> _WHAT YOU HAVE TO DO_:
From the line with "v -8.673 -1.5 -10.065" to the line with "v -9.5 0 -13", retype every line exactly, including those two, and leave out the rest of the data below.

> _MATERIAL PROVIDED_:

[Start of section]

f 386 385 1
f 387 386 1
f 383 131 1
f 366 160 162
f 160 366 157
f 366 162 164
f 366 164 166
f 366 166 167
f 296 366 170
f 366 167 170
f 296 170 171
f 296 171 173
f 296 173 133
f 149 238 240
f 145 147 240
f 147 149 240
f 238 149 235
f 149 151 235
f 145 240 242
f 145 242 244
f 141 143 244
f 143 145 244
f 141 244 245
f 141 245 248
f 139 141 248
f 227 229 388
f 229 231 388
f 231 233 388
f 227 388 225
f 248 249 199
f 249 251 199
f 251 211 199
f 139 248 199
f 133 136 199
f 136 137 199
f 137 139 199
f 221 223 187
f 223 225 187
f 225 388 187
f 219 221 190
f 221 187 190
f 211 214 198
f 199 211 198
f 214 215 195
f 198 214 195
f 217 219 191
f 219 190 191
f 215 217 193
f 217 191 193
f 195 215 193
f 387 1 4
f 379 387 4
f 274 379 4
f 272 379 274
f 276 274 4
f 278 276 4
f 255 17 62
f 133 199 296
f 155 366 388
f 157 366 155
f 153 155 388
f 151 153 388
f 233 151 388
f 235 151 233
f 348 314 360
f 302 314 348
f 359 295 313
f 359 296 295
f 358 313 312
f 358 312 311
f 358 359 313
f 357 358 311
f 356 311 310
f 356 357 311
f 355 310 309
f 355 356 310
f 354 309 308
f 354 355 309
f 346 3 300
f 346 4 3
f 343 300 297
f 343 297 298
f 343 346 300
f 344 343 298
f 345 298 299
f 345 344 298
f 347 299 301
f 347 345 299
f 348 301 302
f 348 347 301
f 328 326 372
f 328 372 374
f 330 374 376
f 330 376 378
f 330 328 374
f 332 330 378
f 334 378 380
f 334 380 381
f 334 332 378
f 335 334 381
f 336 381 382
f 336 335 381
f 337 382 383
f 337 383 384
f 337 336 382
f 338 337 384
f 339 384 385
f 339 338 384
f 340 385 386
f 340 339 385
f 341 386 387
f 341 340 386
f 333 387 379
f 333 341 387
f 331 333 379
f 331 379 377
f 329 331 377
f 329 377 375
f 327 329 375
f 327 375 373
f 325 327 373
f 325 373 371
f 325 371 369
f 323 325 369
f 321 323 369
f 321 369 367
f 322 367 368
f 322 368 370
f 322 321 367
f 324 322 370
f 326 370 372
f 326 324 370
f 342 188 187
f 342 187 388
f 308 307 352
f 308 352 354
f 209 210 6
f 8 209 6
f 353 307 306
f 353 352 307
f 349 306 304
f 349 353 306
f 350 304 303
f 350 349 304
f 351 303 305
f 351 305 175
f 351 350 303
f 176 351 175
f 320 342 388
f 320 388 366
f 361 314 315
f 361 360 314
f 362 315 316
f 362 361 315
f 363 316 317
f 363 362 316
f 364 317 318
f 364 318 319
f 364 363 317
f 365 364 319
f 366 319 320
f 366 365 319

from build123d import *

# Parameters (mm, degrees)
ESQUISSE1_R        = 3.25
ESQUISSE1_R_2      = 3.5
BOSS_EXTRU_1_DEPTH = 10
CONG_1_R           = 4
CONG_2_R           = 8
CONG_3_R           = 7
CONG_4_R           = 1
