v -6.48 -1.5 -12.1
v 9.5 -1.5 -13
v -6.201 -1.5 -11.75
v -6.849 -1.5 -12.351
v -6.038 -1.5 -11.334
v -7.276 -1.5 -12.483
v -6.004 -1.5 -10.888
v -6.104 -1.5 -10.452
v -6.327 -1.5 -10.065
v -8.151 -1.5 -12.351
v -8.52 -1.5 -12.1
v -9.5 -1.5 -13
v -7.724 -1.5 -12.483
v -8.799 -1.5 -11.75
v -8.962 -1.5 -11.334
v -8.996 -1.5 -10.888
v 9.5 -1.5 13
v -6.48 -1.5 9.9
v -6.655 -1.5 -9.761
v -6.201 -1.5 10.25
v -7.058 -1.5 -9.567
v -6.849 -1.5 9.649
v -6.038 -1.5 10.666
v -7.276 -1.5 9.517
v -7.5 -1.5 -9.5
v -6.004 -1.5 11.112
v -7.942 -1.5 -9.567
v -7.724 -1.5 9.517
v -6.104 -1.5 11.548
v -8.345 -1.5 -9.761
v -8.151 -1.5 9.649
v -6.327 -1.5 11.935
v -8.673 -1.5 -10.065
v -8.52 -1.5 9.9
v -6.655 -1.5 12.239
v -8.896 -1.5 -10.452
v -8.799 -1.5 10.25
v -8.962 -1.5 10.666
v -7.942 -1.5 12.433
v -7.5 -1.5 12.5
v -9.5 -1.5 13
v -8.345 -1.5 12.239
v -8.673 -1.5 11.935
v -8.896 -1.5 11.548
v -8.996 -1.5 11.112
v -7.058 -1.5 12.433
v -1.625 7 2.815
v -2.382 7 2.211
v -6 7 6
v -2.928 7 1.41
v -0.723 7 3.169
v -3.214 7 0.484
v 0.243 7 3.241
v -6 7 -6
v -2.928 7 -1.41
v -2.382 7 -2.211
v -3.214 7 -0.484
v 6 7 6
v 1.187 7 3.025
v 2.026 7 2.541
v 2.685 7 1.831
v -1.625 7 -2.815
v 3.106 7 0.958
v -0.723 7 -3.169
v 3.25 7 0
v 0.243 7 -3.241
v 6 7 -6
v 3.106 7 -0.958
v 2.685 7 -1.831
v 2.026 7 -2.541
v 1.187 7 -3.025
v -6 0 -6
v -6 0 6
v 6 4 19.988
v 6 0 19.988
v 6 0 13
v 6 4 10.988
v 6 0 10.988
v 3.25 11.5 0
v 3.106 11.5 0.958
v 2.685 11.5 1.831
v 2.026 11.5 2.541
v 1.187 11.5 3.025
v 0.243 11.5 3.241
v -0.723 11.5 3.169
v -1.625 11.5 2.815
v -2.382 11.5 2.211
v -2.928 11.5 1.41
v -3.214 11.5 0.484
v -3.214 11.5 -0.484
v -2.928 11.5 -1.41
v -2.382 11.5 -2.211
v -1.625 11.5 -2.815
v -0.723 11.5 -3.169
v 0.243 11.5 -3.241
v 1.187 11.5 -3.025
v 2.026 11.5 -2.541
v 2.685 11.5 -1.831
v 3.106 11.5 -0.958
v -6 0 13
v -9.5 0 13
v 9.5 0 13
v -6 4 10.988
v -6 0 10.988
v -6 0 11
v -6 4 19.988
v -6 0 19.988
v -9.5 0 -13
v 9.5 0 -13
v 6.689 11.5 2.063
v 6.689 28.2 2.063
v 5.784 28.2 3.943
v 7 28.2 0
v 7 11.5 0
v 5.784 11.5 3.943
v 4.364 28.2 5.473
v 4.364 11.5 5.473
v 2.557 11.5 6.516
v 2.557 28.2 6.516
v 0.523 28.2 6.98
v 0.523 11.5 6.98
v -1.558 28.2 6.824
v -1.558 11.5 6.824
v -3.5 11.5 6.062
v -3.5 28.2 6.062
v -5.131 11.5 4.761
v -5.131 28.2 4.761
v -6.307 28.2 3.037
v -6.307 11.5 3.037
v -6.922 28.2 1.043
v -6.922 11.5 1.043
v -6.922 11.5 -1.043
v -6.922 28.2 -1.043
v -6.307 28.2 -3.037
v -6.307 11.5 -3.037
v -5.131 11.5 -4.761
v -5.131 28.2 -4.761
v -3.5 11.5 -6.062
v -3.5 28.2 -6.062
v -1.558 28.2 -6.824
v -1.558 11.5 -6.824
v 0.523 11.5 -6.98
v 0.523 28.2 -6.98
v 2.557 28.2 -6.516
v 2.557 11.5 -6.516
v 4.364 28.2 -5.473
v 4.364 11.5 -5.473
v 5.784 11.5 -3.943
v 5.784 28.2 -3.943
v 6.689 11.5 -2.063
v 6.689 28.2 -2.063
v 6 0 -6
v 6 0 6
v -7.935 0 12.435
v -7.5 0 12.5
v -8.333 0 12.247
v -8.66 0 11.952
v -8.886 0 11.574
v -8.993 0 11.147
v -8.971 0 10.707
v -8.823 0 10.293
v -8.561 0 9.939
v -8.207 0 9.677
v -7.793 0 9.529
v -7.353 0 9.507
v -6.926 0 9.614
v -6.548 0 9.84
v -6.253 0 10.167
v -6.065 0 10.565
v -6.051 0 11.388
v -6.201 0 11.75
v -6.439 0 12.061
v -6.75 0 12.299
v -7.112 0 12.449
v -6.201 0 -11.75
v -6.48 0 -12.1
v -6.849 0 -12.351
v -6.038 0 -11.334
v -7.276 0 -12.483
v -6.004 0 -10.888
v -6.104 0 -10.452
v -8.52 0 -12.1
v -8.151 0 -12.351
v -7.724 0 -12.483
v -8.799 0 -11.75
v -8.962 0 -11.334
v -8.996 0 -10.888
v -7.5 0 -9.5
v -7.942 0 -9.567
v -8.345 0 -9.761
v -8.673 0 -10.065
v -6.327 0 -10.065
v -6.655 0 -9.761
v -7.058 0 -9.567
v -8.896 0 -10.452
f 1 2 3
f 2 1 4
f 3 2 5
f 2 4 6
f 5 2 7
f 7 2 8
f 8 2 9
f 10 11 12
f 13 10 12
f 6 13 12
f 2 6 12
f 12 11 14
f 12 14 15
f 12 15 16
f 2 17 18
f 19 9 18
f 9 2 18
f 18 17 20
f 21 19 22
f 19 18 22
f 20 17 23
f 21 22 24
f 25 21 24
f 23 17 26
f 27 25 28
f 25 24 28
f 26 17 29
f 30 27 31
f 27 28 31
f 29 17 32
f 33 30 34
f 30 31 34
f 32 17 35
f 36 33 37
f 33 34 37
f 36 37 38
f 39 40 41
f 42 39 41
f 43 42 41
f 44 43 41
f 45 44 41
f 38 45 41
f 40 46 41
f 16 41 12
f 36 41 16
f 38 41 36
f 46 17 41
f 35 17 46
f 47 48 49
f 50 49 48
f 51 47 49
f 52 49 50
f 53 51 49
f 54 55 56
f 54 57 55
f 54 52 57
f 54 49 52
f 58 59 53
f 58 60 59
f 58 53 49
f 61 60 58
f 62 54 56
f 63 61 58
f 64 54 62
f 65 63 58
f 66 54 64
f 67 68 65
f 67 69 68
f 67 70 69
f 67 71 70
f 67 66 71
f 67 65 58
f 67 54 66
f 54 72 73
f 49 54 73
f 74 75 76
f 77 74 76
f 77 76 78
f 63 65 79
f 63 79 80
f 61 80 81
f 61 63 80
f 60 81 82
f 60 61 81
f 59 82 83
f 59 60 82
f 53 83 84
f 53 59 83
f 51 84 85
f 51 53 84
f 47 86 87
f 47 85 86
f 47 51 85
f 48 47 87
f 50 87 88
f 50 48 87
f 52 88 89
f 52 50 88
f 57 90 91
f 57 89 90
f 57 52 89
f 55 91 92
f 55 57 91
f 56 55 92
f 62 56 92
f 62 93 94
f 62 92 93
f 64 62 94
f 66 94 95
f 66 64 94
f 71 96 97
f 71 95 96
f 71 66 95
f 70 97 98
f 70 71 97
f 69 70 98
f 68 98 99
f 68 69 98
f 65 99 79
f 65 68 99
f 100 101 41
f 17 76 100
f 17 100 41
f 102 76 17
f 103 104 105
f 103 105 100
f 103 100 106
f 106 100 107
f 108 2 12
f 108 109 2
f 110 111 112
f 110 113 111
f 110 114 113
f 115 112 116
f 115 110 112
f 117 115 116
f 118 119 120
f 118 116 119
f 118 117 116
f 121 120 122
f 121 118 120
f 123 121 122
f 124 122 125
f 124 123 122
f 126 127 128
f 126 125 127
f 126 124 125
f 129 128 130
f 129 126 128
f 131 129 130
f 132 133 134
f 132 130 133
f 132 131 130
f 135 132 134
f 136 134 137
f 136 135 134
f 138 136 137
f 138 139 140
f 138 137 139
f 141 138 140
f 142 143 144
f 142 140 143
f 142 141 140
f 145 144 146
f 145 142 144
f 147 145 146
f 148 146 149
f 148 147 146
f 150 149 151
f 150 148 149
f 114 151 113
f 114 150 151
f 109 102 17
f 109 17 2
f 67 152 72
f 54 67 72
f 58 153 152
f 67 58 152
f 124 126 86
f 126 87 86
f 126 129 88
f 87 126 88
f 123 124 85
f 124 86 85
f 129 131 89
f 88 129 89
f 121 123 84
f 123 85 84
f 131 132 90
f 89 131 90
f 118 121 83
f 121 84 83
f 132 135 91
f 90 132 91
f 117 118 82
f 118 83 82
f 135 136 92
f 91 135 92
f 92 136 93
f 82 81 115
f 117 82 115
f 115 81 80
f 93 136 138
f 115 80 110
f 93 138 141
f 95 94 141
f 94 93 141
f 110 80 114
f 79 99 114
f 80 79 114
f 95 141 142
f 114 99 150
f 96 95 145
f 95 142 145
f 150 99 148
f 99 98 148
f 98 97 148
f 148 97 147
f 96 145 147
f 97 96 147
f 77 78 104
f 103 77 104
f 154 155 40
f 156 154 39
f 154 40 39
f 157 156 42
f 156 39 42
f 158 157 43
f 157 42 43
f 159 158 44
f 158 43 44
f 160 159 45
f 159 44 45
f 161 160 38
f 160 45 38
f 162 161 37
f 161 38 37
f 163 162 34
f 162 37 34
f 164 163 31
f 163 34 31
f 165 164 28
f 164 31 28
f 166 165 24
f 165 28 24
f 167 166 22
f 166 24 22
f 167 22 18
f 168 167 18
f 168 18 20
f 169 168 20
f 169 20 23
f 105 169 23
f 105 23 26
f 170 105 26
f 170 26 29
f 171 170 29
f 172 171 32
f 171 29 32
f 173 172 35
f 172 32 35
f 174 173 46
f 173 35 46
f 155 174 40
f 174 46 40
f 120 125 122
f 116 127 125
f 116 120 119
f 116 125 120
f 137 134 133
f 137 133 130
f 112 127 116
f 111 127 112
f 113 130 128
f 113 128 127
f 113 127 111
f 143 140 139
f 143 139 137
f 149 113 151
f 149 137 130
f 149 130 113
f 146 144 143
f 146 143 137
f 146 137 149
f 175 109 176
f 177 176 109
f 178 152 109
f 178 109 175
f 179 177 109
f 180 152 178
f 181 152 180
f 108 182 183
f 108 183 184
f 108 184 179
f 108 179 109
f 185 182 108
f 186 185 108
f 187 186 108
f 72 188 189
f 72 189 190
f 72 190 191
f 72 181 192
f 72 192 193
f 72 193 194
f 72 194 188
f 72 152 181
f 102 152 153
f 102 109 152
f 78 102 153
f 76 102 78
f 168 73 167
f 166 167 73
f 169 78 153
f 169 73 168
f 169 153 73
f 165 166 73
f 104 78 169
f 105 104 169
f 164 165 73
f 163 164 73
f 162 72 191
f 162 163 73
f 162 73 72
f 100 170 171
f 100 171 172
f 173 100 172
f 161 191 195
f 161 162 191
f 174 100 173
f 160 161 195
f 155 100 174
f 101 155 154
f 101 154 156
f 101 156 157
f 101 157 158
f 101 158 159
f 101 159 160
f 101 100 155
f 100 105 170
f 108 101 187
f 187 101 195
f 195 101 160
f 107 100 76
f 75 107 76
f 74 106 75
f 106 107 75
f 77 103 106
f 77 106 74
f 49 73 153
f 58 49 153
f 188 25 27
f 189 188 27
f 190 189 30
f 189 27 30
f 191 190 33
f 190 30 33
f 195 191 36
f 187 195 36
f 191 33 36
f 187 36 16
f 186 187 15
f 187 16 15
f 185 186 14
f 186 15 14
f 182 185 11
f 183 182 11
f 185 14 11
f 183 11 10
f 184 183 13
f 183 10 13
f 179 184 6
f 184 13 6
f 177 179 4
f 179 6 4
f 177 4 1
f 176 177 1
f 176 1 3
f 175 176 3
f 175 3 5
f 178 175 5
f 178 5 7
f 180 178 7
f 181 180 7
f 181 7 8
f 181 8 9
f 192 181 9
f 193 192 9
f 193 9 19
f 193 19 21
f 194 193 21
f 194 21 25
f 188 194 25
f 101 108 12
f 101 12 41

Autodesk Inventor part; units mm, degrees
ref_plane "YZ Plane" through (0, 0, 0) normal (1, 0, 0) x (0, 1, 0)
ref_plane "XZ Plane" through (0, 0, 0) normal (0, 1, 0) x (-1, 0, 0)
ref_plane "XY Plane" through (0, 0, 0) normal (0, 0, 1) x (1, 0, 0)
sketch "Sketch1" plane through (0, 0, 0) normal (0, 1, 0) x (-1, 0, 0)
  line L0 (9.5, 13) -> (-9.5, 13)
  line L1 (-9.5, 13) -> (-9.5, -13)
  line L2 (-9.5, -13) -> (9.5, -13)
  line L3 (9.5, -13) -> (9.5, 13)
  line L4 (9.5, 13) -> (-9.5, -13) construction
  line L5 (-9.5, 13) -> (9.5, -13) construction
  line L6 (7.5, 11) -> (-7.5, 11) construction
  line L7 (-7.5, 11) -> (-7.5, -11) construction
  line L8 (-7.5, -11) -> (7.5, -11) construction
  line L9 (7.5, -11) -> (7.5, 11) construction
  point P0 (0, 0)
  dimension "d0" = 19
  dimension "d1" = 26
  dimension "d2" = 2
extrude "Extrusion1" add sketch "Sketch1" against normal blind 1.5
sketch "Sketch2" plane through (0, 0, 0) normal (0, 1, 0) x (1, 0, 0)
  line L0 (-6, -19.9878) -> (6, -19.9878)
  line L1 (6, -19.9878) -> (6, -10.9878)
  line L2 (6, -10.9878) -> (-6, -10.9878)
  line L3 (-6, -10.9878) -> (-6, -19.9878)
  line L4 (-6, -19.9878) -> (6, -10.9878) construction
  line L5 (6, -19.9878) -> (-6, -10.9878) construction
  line L6 (-9.5, 13) -> (-9.5, -13) projected
  line L7 (-9.5, -13) -> (9.5, -13) projected
  point P0 (0, 0)
  point P1 (0, -15.4878)
  point P2 (0, -10.9878)
  point P3 (0, -10.9878)
  point P4 (0, -10.9878)
  dimension "d12" = 12
  dimension "d13" = 9
  dimension "d14" = 9.5
  dimension "d15" = 2.0122
extrude "Extrusion2" add sketch "Sketch2" along normal blind 4
sketch "Sketch3" plane through (0, 0, 0) normal (0, 1, 0) x (1, 0, 0)
  line L0 (-6, -6) -> (6, -6)
  line L1 (6, -6) -> (6, 6)
  line L2 (6, 6) -> (-6, 6)
  line L3 (-6, 6) -> (-6, -6)
  line L4 (-6, -6) -> (6, 6) construction
  line L5 (6, -6) -> (-6, 6) construction
  point P0 (0, 0)
  dimension "d18" = 12
  dimension "d19" = 12
hole "Hole2" at (-7.5, 0, 11) at (-7.5, 0, -11) direction (0, -1, 0) diameter 3 end through all
extrude "Extrusion3" add sketch "Sketch3" along normal blind 7
sketch "Sketch4" plane through (0, 7, 0) normal (0, 1, 0) x (1, 0, 0)
  circle A0 centre (0, 0) radius 3.25
  dimension "d29" = 6.5
extrude "Extrusion4" add sketch "Sketch4" along normal blind 4.5
sketch "Sketch5" plane through (0, 11.5, 0) normal (0, 1, 0) x (1, 0, 0)
  circle A0 centre (0, 0) radius 7
  dimension "d32" = 14
extrude "Extrusion5" add sketch "Sketch5" along normal blind 16.7
properties part number "encoder_footprint"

[End of section]

> _RESPONSE BOX_:
v -8.673 -1.5 -10.065
v -8.52 -1.5 9.9
v -6.655 -1.5 12.239
v -8.896 -1.5 -10.452
v -8.799 -1.5 10.25
v -8.962 -1.5 10.666
v -7.942 -1.5 12.433
v -7.5 -1.5 12.5
v -9.5 -1.5 13
v -8.345 -1.5 12.239
v -8.673 -1.5 11.935
v -8.896 -1.5 11.548
v -8.996 -1.5 11.112
v -7.058 -1.5 12.433
v -1.625 7 2.815
v -2.382 7 2.211
v -6 7 6
v -2.928 7 1.41
v -0.723 7 3.169
v -3.214 7 0.484
v 0.243 7 3.241
v -6 7 -6
v -2.928 7 -1.41
v -2.382 7 -2.211
v -3.214 7 -0.484
v 6 7 6
v 1.187 7 3.025
v 2.026 7 2.541
v 2.685 7 1.831
v -1.625 7 -2.815
v 3.106 7 0.958
v -0.723 7 -3.169
v 3.25 7 0
v 0.243 7 -3.241
v 6 7 -6
v 3.106 7 -0.958
v 2.685 7 -1.831
v 2.026 7 -2.541
v 1.187 7 -3.025
v -6 0 -6
v -6 0 6
v 6 4 19.988
v 6 0 19.988
v 6 0 13
v 6 4 10.988
v 6 0 10.988
v 3.25 11.5 0
v 3.106 11.5 0.958
v 2.685 11.5 1.831
v 2.026 11.5 2.541
v 1.187 11.5 3.025
v 0.243 11.5 3.241
v -0.723 11.5 3.169
v -1.625 11.5 2.815
v -2.382 11.5 2.211
v -2.928 11.5 1.41
v -3.214 11.5 0.484
v -3.214 11.5 -0.484
v -2.928 11.5 -1.41
v -2.382 11.5 -2.211
v -1.625 11.5 -2.815
v -0.723 11.5 -3.169
v 0.243 11.5 -3.241
v 1.187 11.5 -3.025
v 2.026 11.5 -2.541
v 2.685 11.5 -1.831
v 3.106 11.5 -0.958
v -6 0 13
v -9.5 0 13
v 9.5 0 13
v -6 4 10.988
v -6 0 10.988
v -6 0 11
v -6 4 19.988
v -6 0 19.988
v -9.5 0 -13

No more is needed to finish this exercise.